Business Insider interviewed Frito-Lay North America SVP and CMO Ann Mukherjee and, besides managing to misspell the executive’s name, elicited the typical client mumbo-jumbo. “I think what people want are brand experiences,” said Mukherjee. “I think the days of traditional mass marketing are kind of over.” Okey-doke. Except Frito-Lay is literally stuck—thanks in part to Corporate Cultural Collusion—with AORs that are completely rooted in traditional mass marketing. Plus, the current Lay’s Potato Chips commercial featuring a retro Al Green tune is about as traditional as it gets. “The ability to leverage the scale of our company and make it flexible. Our ability to then translate that to local substance. That’s our secret,” explained Mukherjee. “A potato chip is a potato chip globally, but the flavor, we lift and shift flavors all the time.” Wow. A free bag of Doritos goes to anyone who can translate the executive’s gobbledygook into common sense English. The truth is, Frito-Lay constantly lifts and shifts flavors like it lifts and shifts advertising agencies—and the snack company ultimately serves up the same stale shit all the time.
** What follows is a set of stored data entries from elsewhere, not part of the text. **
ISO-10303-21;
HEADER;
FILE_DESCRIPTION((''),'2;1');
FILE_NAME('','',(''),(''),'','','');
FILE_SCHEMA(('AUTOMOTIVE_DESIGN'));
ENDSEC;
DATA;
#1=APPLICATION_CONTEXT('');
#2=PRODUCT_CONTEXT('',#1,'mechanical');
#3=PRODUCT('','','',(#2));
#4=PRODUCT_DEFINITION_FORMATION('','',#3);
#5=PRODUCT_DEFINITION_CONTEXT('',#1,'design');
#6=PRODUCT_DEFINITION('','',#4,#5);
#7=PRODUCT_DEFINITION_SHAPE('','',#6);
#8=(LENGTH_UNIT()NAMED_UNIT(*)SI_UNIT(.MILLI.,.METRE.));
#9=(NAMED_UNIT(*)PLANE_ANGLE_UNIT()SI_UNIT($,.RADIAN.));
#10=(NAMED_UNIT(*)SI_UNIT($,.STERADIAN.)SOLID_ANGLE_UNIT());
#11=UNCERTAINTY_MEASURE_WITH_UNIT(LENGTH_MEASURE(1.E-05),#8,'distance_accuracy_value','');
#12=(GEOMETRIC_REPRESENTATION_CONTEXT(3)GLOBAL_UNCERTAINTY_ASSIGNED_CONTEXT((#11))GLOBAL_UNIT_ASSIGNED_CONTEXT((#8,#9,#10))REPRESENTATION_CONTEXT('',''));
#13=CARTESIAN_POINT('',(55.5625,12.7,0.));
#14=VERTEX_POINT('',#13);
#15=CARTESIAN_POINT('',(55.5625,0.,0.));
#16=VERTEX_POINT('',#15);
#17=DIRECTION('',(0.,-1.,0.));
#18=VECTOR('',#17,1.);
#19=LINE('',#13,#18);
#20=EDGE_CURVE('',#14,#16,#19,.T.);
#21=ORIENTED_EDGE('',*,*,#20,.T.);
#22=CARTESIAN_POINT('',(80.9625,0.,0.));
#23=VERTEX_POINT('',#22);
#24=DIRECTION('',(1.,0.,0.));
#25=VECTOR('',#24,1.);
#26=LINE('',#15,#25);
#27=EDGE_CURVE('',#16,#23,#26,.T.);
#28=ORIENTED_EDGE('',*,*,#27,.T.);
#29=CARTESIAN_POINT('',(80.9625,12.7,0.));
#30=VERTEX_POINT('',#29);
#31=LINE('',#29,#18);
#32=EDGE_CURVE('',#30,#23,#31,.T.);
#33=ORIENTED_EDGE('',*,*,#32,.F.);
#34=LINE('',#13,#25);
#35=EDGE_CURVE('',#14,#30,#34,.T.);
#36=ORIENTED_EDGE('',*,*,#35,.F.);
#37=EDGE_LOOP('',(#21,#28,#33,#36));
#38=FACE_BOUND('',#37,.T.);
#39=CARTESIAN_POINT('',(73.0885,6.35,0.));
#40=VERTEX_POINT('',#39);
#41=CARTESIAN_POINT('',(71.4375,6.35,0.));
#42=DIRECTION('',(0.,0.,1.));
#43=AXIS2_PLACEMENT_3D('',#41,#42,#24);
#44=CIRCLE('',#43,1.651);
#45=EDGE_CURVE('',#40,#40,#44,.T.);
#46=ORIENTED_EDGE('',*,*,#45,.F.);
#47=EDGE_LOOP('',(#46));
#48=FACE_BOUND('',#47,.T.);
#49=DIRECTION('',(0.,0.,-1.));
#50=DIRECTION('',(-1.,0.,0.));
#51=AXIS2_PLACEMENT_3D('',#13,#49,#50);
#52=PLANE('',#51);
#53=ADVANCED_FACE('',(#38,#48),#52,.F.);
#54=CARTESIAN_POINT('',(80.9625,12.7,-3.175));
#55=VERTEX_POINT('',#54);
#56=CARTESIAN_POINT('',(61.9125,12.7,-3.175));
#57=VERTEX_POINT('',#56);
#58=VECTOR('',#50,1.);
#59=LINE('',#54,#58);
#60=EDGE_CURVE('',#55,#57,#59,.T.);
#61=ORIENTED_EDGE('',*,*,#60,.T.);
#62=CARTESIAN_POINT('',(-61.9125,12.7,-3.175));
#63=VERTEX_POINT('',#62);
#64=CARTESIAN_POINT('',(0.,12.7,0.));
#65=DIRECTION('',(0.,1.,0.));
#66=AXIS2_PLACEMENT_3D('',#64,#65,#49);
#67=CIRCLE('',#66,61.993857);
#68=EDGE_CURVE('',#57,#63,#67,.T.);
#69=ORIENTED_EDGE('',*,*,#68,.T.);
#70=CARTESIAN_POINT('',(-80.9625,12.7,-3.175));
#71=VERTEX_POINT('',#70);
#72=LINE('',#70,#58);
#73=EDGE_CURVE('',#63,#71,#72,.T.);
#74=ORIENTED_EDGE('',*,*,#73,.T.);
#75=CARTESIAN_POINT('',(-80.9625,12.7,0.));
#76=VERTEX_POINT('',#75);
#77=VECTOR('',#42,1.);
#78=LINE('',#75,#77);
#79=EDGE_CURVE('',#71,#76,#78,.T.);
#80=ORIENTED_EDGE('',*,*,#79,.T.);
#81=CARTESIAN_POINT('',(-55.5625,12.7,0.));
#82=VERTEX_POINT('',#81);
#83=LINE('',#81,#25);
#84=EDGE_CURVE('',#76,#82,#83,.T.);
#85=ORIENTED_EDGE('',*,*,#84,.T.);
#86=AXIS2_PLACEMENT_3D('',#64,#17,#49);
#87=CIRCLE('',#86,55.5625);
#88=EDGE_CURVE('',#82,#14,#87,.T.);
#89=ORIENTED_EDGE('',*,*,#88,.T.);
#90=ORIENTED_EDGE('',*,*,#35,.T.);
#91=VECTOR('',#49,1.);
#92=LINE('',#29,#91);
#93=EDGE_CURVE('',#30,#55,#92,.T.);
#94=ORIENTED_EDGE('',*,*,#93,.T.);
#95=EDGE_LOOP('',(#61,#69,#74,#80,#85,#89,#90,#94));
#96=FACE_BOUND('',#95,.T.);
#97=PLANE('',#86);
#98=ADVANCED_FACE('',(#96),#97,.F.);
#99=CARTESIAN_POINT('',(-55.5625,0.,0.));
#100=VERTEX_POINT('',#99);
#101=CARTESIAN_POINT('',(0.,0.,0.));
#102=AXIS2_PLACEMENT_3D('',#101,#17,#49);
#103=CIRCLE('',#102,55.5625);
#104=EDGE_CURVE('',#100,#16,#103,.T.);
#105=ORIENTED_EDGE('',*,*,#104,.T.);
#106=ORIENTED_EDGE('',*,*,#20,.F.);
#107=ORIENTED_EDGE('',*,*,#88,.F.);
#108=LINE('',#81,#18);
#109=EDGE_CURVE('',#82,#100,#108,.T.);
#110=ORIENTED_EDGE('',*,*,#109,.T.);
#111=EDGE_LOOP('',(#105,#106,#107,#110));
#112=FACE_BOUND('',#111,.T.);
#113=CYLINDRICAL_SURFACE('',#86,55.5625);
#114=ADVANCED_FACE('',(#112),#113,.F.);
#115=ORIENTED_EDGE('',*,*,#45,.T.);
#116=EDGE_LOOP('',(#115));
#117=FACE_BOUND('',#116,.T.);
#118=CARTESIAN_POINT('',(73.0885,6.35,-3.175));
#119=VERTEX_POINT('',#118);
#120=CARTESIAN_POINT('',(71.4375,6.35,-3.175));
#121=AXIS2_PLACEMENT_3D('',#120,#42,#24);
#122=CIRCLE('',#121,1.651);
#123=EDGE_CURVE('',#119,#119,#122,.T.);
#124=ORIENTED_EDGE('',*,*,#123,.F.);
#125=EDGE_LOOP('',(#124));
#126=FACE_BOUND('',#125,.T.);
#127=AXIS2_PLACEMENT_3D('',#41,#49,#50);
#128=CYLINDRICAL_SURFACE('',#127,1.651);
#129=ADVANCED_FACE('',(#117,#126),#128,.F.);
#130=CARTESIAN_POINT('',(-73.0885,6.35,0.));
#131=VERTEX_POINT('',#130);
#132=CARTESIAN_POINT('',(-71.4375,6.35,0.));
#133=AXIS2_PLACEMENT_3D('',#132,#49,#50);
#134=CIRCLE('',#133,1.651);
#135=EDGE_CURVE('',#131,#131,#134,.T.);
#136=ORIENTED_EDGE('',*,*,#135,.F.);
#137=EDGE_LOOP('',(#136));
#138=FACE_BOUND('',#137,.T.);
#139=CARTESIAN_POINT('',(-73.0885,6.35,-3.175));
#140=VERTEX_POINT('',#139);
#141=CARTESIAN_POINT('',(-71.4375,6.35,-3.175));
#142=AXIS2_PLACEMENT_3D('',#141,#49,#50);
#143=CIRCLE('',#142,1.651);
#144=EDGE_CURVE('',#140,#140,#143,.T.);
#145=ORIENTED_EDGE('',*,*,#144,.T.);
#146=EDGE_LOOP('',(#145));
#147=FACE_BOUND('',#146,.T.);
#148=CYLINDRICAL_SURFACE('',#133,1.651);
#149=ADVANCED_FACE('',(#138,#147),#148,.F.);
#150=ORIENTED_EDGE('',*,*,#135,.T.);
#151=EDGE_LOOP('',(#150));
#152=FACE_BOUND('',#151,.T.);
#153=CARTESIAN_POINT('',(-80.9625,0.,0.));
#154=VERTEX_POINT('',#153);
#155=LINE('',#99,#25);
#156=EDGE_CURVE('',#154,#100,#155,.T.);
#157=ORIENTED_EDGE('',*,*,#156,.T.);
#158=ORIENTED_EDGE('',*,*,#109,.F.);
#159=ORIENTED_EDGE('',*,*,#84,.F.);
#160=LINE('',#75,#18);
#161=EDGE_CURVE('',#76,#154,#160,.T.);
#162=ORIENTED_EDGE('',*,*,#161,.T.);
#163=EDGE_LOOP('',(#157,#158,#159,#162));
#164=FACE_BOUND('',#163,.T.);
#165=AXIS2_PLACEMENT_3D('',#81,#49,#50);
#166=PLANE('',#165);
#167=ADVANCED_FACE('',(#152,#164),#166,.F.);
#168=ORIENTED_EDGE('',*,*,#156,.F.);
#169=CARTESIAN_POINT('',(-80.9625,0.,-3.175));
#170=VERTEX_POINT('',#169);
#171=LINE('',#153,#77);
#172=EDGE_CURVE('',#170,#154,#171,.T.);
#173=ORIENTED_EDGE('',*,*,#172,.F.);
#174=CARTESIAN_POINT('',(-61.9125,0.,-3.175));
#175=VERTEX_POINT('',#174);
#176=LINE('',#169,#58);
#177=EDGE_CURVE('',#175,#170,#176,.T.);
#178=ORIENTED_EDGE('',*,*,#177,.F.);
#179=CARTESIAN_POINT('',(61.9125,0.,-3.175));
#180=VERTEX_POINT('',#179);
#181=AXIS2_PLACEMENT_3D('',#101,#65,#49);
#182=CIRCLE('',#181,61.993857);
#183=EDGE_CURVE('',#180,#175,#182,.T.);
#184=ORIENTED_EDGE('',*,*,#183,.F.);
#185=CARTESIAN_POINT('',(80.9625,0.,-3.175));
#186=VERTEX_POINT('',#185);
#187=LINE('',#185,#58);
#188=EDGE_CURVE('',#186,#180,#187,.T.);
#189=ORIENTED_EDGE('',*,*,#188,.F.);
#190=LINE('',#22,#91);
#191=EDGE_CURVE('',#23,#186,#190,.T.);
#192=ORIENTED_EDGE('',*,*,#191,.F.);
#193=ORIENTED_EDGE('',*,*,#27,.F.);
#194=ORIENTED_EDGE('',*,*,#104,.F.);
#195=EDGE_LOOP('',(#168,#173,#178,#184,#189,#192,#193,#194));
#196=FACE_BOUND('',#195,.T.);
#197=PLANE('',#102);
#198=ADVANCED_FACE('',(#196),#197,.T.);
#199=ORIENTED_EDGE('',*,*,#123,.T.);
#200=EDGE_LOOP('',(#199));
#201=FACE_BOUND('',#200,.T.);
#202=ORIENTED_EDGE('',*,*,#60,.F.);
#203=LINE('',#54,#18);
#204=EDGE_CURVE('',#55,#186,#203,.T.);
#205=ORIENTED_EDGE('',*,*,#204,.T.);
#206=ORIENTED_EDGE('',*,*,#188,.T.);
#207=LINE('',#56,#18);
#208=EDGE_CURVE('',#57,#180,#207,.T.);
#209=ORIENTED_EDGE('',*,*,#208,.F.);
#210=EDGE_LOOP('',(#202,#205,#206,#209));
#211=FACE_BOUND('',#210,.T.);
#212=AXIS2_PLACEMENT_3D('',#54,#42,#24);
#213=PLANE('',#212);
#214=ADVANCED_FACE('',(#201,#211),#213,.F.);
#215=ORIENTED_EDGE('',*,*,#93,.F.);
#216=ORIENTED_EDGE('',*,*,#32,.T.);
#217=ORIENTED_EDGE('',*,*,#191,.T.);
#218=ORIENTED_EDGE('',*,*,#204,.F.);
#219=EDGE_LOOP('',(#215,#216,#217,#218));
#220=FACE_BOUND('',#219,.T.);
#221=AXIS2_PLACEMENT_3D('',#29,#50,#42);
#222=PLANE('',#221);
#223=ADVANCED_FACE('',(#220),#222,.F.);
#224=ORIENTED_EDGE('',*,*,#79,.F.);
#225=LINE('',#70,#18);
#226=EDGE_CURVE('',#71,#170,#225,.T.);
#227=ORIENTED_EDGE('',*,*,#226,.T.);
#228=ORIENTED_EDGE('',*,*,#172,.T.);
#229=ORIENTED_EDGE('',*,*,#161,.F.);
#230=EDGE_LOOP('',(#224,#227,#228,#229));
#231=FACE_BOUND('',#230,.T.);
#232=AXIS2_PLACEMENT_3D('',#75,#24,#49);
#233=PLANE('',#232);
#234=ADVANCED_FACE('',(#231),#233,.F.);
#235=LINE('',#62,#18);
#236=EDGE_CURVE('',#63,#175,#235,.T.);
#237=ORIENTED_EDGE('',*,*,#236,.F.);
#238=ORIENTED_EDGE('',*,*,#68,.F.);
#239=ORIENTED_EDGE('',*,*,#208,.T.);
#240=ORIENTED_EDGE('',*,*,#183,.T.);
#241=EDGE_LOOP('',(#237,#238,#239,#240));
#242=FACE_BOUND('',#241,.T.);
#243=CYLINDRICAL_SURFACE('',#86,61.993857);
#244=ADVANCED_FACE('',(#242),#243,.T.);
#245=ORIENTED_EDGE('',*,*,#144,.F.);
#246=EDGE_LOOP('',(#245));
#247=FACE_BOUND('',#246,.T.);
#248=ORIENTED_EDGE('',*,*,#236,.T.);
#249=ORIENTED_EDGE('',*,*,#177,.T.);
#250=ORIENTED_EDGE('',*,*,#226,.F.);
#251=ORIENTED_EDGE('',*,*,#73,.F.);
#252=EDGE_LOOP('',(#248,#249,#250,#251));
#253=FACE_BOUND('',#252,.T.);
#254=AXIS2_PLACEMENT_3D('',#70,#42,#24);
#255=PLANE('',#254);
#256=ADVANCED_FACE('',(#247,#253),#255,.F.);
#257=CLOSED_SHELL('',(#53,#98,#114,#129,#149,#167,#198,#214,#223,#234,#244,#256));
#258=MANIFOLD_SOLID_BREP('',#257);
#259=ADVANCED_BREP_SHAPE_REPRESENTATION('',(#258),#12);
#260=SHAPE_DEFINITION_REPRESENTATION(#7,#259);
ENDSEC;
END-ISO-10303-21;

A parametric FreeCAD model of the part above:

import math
import FreeCAD as App
import Part
import Sketcher
Q = App.Units.Quantity

doc = App.newDocument("Part")
params = doc.addObject("Spreadsheet::Sheet", "Params")
for row, (alias, value) in enumerate([
    ("sketch1_width", "1 in"),
    ("sketch1_radius", "2.1875 in"),
    ("sketch1_width2", "0.75 in"),
    ("sketch1_height", "0.125 in"),
    ("pad1_length", "0.5 in"),
    ("sketch2_diameter", "0.13 in"),
], start=1):
    params.set(f"A{row}", alias)
    params.set(f"B{row}", "=" + value)
    params.setAlias(f"B{row}", alias)

body = doc.addObject("PartDesign::Body", "Body")

sketch1 = body.newObject("Sketcher::SketchObject", "Sketch")
sketch1.AttachmentSupport = (doc.getObject("XZ_Plane"), [""])
sketch1.MapMode = "FlatFace"
sketch1.addGeometry([
    Part.LineSegment(App.Vector(-81, 0, 0), App.Vector(-55.6, 0, 0)),
    Part.ArcOfCircle(Part.Circle(App.Vector(0, 0, 0), App.Vector(0, 0, 1), 55.6), math.radians(180), math.radians(360)),
    Part.LineSegment(App.Vector(55.6, 0, 0), App.Vector(81, 0, 0)),
    Part.LineSegment(App.Vector(81, 0, 0), App.Vector(81, -3.2, 0)),
    Part.LineSegment(App.Vector(81, -3.2, 0), App.Vector(61.9, -3.2, 0)),
    Part.ArcOfCircle(Part.Circle(App.Vector(0, 0, 0), App.Vector(0, 0, 1), 62), math.radians(-177), math.radians(-3)),
    Part.LineSegment(App.Vector(-61.9, -3.2, 0), App.Vector(-81, -3.2, 0)),
    Part.LineSegment(App.Vector(-81, -3.2, 0), App.Vector(-81, 0, 0)),
], False)
sketch1.addConstraint([
    Sketcher.Constraint("Coincident", 0, 2, 1, 1),
    Sketcher.Constraint("Coincident", 1, 2, 2, 1),
    Sketcher.Constraint("Coincident", 2, 2, 3, 1),
    Sketcher.Constraint("Coincident", 3, 2, 4, 1),
    Sketcher.Constraint("Coincident", 4, 2, 5, 2),
    Sketcher.Constraint("Coincident", 5, 1, 6, 1),
    Sketcher.Constraint("Coincident", 6, 2, 7, 1),
    Sketcher.Constraint("Coincident", 7, 2, 0, 1),
    Sketcher.Constraint("Horizontal", 0),
    Sketcher.Constraint("Horizontal", 2),
    Sketcher.Constraint("Vertical", 3),
    Sketcher.Constraint("Horizontal", 4),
FRITO-LAY CMO: The Days Of Traditional Mass Marketing Are Over
By Kim Bhasin
The marketing world is changing. Marketers have more channels than ever to get their message across, but not everyone out there is doing it right.
We spoke with Ann Muhkerjee, SVP and CMO of Frito-Lay North America, about where marketing is going as technology and consumers change.
“I think what people want are brand experiences,” says Muhkerjee. “I think the days of traditional mass marketing are kind of over.”
Companies, especially those promoting big brands, can’t settle on launching a national ad campaign that consists of a bunch of billboards and television commercials. They have to hit many platforms, and they have to connect them.
“[Marketing] has to be a conduit into the multi-screen world that everyone’s living in,” she says. “How do you connect TV to social to mobile to apps to outdoor? How do you create a two-way conversation?”
Take pop-up stores, for example. Muhkerjee considers them a way to provide customers something to “engage and play” with. That’s why it opened a pop-up store in Times Square to promote the million-dollar Lay’s flavor creation contest.
There’s a trap that marketers may fall into though, says Muhkerjee. People are always trying to simplify things into a formula, but that’s just not possible. Every brand should have a different strategy, because every brand is unique.
How do they do this at Frito-Lay — a part of PepsiCo — a company that has a huge assortment of big-name brands?
Since Frito-Lay has the backing of a large multinational, and it can use its strengths (like global manufacturing and a big research budget) to capture local markets’ imagination fast.
“The ability to leverage the scale of our company and make it flexible,” says Muhkerjee. “Our ability to then translate that to local substance. That’s our secret. A potato chip is a potato chip globally, but the flavor, we lift and shift flavors all the time.”